The trousers were a little on the small side alas.

This was, as it turned out, because they had mistakenly sent me a pair designed for a seven year old child.

I’ll fully admit that I could stand to lose a few pounds but this was always going to be a stretch, and even though the trousers were made from stretchy material, I felt they would never stretch quite far enough…

A little disappointed, I set about returning the trousers. Actually the process was as simple as entering a few details on a website, printing off a label and putting the trousers back into the conveniently situated locker around the corner.

Job done, I anticipated only having to wait a day or so to be in receipt of a pair of trousers that actually fit me.

Unfortunately this is where the problems really began. Apparently, due to a system glitch, my online retailer of choice cannot dispatch exchanges to the same locker that they dispatched the original package to. It’s one of those inexplicable things, that will probably be ironed out in time.

Not a problem I thought – worst case scenario they’ll attempt to deliver and if I’m not in the package will be left with a neighbour or sent to the central post office for me to collect at another time.

I subsequently received the email to let me know that my replacement trousers had been dispatched, and the internal alarm bells started ringing.

For some reason, still unfathomable to me, they had selected an address from my account that was not actually my address.

At times, you see, I have ordered stuff for other people online, people that I know, but people that are definitely not me.

And so it was that a pair of martial arts trousers were winging their way to my mum. My mum has never practised martial arts to my knowledge and would no doubt have been more than a little surprised to receive the package. Also I live a good two hours away from my parents, so it was far from the ideal location for my package to be sent.

I complained, vociferously.

The package was stopped in transit, returned to the depot and re-dispatched to me.

The whole process took a sentence to describe but around a week in reality.

Eventually I receive the correct trousers.

And they didn’t bloody well fit either.

So I sent them back for a full refund.

Which, to be fair, I received promptly.

I now possess a pair of trousers from a different brand, that are allegedly the same size as the original pair, but which actually do fit me. Which goes to prove what a perilous procedure trouser buying can be.

I thought the whole thing was behind me, but I was recently contacted by the online retailer. They offer a service whereby potential purchasers of a particular product can ask a pre-purchase question which will be passed on to prior purchasers of the product.

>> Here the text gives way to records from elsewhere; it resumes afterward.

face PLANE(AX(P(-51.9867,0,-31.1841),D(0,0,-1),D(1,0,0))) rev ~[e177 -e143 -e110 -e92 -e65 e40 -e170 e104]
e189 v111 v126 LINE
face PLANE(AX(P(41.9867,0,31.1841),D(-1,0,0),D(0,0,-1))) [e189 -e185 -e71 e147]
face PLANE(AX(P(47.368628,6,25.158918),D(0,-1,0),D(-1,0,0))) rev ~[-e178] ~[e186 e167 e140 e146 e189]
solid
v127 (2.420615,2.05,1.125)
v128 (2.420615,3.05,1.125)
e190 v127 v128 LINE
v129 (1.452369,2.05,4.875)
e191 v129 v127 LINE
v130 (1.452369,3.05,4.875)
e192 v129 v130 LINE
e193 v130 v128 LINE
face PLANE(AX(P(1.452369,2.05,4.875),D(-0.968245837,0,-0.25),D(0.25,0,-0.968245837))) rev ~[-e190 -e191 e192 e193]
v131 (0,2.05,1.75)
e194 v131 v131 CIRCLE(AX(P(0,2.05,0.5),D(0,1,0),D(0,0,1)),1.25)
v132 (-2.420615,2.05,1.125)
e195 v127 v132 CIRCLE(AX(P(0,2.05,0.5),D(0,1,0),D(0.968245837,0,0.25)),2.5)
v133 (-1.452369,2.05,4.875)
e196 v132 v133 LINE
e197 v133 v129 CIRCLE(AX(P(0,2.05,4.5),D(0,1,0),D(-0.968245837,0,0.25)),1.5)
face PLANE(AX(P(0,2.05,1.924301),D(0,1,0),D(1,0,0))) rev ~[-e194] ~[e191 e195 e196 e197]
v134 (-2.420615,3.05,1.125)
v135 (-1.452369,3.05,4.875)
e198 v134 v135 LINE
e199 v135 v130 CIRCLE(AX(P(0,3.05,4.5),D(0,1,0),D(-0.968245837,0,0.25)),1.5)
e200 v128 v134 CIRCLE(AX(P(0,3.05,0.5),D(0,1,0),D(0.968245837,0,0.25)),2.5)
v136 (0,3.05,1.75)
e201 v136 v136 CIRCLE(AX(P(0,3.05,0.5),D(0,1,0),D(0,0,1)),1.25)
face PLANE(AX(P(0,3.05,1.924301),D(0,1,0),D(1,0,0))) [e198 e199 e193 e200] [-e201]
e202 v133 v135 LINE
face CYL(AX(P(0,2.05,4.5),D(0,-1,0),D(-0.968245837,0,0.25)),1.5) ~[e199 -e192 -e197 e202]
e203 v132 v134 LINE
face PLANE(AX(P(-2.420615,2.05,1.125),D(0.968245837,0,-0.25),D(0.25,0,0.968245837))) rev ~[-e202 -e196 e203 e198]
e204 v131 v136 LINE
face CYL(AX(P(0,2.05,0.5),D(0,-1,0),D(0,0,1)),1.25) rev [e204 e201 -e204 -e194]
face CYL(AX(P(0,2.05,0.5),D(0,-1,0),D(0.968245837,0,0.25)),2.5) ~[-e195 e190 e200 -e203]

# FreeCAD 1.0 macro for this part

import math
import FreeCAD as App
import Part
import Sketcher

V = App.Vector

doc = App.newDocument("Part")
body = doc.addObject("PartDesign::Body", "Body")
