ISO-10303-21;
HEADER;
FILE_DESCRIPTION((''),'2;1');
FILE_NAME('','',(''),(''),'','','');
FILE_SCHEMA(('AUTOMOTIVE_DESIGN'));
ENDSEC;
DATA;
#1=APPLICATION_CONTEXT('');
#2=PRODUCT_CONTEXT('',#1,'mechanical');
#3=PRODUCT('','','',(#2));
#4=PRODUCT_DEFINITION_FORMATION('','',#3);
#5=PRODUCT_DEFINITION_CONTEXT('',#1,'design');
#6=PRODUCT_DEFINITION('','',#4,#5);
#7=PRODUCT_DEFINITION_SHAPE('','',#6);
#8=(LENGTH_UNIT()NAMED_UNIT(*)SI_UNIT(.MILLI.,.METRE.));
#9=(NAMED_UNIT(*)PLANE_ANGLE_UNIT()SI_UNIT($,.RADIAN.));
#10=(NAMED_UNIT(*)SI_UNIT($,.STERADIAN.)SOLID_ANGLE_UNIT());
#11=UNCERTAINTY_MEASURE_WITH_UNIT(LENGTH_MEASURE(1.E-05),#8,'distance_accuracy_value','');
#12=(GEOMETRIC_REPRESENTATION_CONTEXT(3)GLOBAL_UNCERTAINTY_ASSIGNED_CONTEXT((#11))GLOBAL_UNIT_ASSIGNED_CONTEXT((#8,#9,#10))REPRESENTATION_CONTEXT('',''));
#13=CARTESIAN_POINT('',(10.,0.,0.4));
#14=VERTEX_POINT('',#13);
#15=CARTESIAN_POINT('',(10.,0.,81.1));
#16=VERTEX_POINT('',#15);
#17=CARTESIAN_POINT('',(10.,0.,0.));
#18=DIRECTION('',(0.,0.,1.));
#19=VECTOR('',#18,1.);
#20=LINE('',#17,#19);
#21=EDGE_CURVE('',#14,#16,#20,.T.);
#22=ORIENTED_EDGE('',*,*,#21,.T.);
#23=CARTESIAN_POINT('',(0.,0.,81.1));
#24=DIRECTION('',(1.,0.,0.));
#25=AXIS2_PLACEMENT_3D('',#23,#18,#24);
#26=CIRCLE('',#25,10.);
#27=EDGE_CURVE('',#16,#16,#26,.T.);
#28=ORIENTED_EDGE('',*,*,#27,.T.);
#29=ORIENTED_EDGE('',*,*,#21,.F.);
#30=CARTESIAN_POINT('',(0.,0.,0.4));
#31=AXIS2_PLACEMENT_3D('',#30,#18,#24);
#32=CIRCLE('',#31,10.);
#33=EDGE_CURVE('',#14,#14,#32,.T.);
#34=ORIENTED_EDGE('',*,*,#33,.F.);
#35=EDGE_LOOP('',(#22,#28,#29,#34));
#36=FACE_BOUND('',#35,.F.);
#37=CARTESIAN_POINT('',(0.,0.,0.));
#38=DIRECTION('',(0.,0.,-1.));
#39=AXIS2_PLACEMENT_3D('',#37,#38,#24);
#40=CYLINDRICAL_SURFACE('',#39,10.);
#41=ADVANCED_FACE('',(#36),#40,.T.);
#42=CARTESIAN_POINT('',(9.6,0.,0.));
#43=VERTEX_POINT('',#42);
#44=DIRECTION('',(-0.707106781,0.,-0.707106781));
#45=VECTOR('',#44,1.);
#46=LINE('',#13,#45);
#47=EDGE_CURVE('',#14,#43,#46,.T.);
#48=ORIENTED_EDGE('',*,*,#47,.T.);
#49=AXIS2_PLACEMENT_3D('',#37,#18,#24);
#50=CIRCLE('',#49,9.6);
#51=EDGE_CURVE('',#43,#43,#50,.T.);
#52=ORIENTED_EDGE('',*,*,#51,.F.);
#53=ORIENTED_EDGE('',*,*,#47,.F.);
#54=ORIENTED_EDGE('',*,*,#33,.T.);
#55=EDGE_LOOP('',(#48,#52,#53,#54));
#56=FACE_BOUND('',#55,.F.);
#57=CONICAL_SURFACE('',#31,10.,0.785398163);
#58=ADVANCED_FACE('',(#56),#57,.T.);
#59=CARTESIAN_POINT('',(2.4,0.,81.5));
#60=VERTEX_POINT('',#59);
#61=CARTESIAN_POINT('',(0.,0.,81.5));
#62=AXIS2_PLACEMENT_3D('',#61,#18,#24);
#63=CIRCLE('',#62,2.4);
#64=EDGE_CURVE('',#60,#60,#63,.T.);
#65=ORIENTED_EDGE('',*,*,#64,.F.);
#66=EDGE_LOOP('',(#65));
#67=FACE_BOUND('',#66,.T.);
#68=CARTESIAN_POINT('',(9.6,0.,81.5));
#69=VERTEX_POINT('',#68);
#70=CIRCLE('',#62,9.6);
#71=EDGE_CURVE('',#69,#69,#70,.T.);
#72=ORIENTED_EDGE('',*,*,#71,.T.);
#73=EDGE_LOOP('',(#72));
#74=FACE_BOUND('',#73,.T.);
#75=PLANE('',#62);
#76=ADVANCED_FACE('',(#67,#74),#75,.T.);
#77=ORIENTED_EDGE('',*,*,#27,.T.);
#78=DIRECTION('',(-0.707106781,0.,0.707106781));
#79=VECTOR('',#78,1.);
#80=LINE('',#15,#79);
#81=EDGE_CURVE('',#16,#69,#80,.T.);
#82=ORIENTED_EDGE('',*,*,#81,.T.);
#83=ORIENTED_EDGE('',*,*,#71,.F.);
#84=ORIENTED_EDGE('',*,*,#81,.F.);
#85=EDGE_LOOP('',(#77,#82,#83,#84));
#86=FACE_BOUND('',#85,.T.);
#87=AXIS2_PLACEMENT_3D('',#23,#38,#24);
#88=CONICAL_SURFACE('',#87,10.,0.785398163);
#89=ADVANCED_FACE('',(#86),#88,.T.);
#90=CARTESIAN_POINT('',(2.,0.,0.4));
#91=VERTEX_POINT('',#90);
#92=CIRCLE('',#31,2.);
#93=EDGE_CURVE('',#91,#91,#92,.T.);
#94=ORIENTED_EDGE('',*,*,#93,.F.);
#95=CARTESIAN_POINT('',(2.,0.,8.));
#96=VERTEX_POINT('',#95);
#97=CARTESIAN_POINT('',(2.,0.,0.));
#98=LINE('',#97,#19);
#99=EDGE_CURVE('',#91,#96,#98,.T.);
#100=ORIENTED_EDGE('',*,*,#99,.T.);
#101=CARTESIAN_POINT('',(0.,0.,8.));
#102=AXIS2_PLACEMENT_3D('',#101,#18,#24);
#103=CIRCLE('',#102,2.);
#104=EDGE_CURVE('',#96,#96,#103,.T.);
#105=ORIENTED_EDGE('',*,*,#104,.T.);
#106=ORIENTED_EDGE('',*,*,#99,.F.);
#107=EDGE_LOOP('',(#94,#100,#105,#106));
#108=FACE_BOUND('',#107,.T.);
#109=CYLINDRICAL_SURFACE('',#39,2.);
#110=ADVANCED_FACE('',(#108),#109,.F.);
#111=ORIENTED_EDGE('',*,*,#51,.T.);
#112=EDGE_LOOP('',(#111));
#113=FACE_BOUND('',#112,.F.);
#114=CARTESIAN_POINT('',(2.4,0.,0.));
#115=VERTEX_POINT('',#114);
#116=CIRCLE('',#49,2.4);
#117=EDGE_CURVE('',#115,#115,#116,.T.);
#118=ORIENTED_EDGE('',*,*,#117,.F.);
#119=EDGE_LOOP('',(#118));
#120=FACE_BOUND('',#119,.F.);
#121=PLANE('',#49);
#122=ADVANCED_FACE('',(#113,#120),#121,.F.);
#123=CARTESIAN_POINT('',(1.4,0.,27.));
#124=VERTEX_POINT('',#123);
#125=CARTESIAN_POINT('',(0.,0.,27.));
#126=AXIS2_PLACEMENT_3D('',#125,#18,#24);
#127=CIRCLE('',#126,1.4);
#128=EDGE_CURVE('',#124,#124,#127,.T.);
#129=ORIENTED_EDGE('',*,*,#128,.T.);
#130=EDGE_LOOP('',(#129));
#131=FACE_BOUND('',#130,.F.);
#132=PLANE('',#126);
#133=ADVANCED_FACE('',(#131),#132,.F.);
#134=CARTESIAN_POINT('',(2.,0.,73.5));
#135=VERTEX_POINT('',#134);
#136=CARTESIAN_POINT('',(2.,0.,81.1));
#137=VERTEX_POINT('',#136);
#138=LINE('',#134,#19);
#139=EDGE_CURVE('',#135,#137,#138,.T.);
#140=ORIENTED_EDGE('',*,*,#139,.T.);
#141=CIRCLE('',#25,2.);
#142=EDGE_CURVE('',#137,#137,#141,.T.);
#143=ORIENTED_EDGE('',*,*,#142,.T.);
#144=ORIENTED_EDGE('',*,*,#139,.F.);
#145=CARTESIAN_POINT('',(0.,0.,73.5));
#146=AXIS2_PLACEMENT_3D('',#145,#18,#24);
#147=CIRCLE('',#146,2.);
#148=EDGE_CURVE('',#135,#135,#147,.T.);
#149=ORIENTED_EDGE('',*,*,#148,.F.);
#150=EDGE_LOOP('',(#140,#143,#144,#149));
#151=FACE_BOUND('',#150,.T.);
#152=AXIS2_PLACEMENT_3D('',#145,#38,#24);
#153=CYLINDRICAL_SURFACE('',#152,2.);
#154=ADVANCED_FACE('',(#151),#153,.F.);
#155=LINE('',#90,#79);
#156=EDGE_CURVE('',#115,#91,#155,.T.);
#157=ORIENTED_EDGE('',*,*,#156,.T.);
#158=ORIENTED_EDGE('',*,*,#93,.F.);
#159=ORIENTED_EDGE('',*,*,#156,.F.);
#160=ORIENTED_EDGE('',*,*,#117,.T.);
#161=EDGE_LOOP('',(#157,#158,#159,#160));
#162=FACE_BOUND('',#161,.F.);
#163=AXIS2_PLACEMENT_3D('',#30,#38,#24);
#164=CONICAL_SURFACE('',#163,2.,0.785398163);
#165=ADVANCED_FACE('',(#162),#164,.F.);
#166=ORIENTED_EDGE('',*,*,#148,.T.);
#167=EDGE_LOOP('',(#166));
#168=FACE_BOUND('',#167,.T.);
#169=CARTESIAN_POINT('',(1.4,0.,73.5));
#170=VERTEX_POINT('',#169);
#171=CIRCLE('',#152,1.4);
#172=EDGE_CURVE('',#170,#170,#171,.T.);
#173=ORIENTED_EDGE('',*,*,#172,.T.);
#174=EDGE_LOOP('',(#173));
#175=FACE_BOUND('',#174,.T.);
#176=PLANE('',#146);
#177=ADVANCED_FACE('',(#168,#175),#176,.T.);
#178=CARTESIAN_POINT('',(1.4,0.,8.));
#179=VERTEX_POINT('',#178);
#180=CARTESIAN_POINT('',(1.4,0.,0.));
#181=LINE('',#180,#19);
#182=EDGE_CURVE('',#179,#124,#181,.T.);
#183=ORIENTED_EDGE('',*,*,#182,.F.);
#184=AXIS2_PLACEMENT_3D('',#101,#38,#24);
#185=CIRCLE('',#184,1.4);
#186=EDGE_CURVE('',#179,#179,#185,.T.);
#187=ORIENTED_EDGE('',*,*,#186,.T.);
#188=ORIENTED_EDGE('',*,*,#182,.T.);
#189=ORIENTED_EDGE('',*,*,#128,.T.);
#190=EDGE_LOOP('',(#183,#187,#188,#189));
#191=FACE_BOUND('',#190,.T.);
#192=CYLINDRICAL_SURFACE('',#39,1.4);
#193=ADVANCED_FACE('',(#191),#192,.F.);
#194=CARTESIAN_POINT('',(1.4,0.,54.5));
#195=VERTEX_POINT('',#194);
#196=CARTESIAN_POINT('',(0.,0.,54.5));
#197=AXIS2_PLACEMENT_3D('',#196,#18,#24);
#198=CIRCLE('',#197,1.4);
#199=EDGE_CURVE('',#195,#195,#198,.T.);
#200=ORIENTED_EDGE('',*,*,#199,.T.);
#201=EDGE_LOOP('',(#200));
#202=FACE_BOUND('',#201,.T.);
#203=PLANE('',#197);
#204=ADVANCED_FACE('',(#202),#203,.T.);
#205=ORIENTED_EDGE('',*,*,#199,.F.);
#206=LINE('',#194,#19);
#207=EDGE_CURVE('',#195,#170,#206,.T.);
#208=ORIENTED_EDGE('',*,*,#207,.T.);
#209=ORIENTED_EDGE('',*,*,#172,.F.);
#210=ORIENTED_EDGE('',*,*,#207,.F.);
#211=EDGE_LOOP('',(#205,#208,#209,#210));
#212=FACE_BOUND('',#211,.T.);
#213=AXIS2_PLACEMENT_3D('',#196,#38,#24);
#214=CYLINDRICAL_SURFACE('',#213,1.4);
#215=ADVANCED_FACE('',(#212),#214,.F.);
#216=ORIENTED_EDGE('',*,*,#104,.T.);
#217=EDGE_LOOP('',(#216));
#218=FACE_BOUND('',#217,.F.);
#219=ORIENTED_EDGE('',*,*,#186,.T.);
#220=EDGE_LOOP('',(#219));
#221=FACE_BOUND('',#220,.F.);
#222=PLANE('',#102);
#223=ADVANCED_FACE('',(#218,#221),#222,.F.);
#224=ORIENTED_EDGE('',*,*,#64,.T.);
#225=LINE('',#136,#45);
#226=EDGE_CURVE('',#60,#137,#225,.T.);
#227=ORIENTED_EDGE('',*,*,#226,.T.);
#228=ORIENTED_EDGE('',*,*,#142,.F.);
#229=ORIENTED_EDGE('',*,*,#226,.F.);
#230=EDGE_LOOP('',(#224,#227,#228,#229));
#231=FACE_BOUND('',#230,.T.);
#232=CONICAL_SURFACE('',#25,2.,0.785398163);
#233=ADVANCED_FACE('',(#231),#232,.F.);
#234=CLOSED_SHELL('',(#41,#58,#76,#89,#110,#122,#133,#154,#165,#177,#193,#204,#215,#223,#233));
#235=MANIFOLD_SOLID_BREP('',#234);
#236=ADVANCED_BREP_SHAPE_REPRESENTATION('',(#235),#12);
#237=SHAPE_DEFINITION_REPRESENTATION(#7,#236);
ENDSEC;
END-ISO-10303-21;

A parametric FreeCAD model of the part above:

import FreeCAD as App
import Part
import Sketcher
from FreeCAD import Vector
Q = App.Units.Quantity


def edges_at(feature, points):
    """Names of the edges that pass closest to the given points."""
    edges = feature.Shape.Edges
    near = lambda p: min(range(len(edges)), key=lambda i: edges[i].distToShape(Part.Vertex(*p))[0])
    return sorted({f"Edge{near(p) + 1}" for p in points})

doc = App.newDocument("Part")
body = doc.addObject("PartDesign::Body", "Body")

# Sketch on XY plane
sketch1 = doc.addObject("Sketcher::SketchObject", "Sketch")
body.addObject(sketch1)
sketch1.AttachmentSupport = (doc.XY_Plane, [""])
sketch1.MapMode = "FlatFace"
sketch1.addGeometry(Part.Circle(Vector(0, 0, 0), Vector(0, 0, 1), 1.4), False)
sketch1.addConstraint(Sketcher.Constraint("Coincident", 0, 3, -1, 1))
sketch1.addConstraint(Sketcher.Constraint("Diameter", 0, Q("2.8 mm")))
pad1 = doc.addObject("PartDesign::Pad", "Pad")
body.addObject(pad1)
pad1.Profile = sketch1
pad1.Length = 27
body2 = doc.addObject("PartDesign::Body", "Body001")

# Sketch on XY plane
sketch2 = doc.addObject("Sketcher::SketchObject", "Sketch001")
body2.addObject(sketch2)
sketch2.AttachmentSupport = (doc.getObject("XY_Plane001"), [""])
sketch2.MapMode = "FlatFace"
sketch2.addGeometry(Part.Circle(Vector(0, 0, 0), Vector(0, 0, 1), 2), False)
sketch2.addConstraint(Sketcher.Constraint("Coincident", 0, 3, -1, 1))
sketch2.addConstraint(Sketcher.Constraint("Diameter", 0, Q("4 mm")))
pad2 = doc.addObject("PartDesign::Pad", "Pad001")
body2.addObject(pad2)
pad2.Profile = sketch2
pad2.Length = 8
body3 = doc.addObject("PartDesign::Body", "Body002")

# Sketch on XY plane
sketch3 = doc.addObject("Sketcher::SketchObject", "Sketch002")
body3.addObject(sketch3)
sketch3.AttachmentSupport = (doc.getObject("XY_Plane002"), [""])
sketch3.MapMode = "FlatFace"
sketch3.AttachmentOffset = App.Placement(Vector(0, 0, 73.5), App.Rotation())
sketch3.addGeometry(Part.Circle(Vector(0, 0, 0), Vector(0, 0, 1), 2), False)
sketch3.addConstraint(Sketcher.Constraint("Coincident", 0, 3, -1, 1))
sketch3.addConstraint(Sketcher.Constraint("Diameter", 0, Q("4 mm")))
pad3 = doc.addObject("PartDesign::Pad", "Pad002")
body3.addObject(pad3)
pad3.Profile = sketch3
pad3.Length = 8
body4 = doc.addObject("PartDesign::Body", "Body003")
body4.AllowCompound = True

# Sketch on XY plane
sketch4 = doc.addObject("Sketcher::SketchObject", "Sketch003")
body4.addObject(sketch4)
sketch4.AttachmentSupport = (doc.getObject("XY_Plane003"), [""])
sketch4.MapMode = "FlatFace"
sketch4.AttachmentOffset = App.Placement(Vector(0, 0, 54.5), App.Rotation())
sketch4.addGeometry(Part.Circle(Vector(0, 0, 0), Vector(0, 0, 1), 1.4), False)
sketch4.addConstraint(Sketcher.Constraint("Coincident", 0, 3, -1, 1))
sketch4.addConstraint(Sketcher.Constraint("Diameter", 0, Q("2.8 mm")))
pad4 = doc.addObject("PartDesign::Pad", "Pad003")
body4.addObject(pad4)
pad4.Profile = sketch4
pad4.Length = 27
doc.recompute()

boolean = doc.addObject("PartDesign::Boolean", "Boolean")
body4.addObject(boolean)
boolean.Type = "Fuse"
boolean.addObjects([body])
doc.recompute()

Someone had asked a question about the trousers (the ones that didn’t fit) and the online retailer had contacted me to see if I could help. Presumably they had contacted other purchasers too. It seems like a pretty automated system.

I was mildly perplexed, because clearly the product had not met my needs, so how was I to answer the question of the prospective buyer.

I needn’t have worried. My experiences of the product were not the barrier to answering the question that I thought they might be.

Indeed it was the question itself which left me perplexed.

I’ll share it with you and if anyone can help, leave an answer in the comments and I’ll gladly forward your answer to the enquiring customer.

The question (I have not altered any of the spelling, grammar or punctuation) was this:

“I ham 6thut4 wot size should I get”

  6 comments for “James Complains About The Perils Of Online Trouser Ordering

  1. August 29, 2016 at 10:44 pm

    I think you should just give a random answer, such as “42 petite.”
    Your story has me remembering a Seinfeld episode where Kramer was taking karate classes. Watch “Kramer dominates the dojo” on youtube and you’ll see why. haha! 🙂

    Liked by 1 person

    • August 30, 2016 at 4:30 pm

      Funny clip – I’ve been meaning to re-watch Seinfeld but don’t worry, I’m nothing like Kramer…

      Like

  2. August 30, 2016 at 12:56 am

    Ask for 64 waist and see what they say. It should fit Oliver Hardy or Fatty Arbuckle! This style of writing is your forte, forget the books! Just do a book of your shorts!

    Liked by 1 person

    • August 30, 2016 at 4:30 pm

      Not sure anyone would buy it. but it could be fun.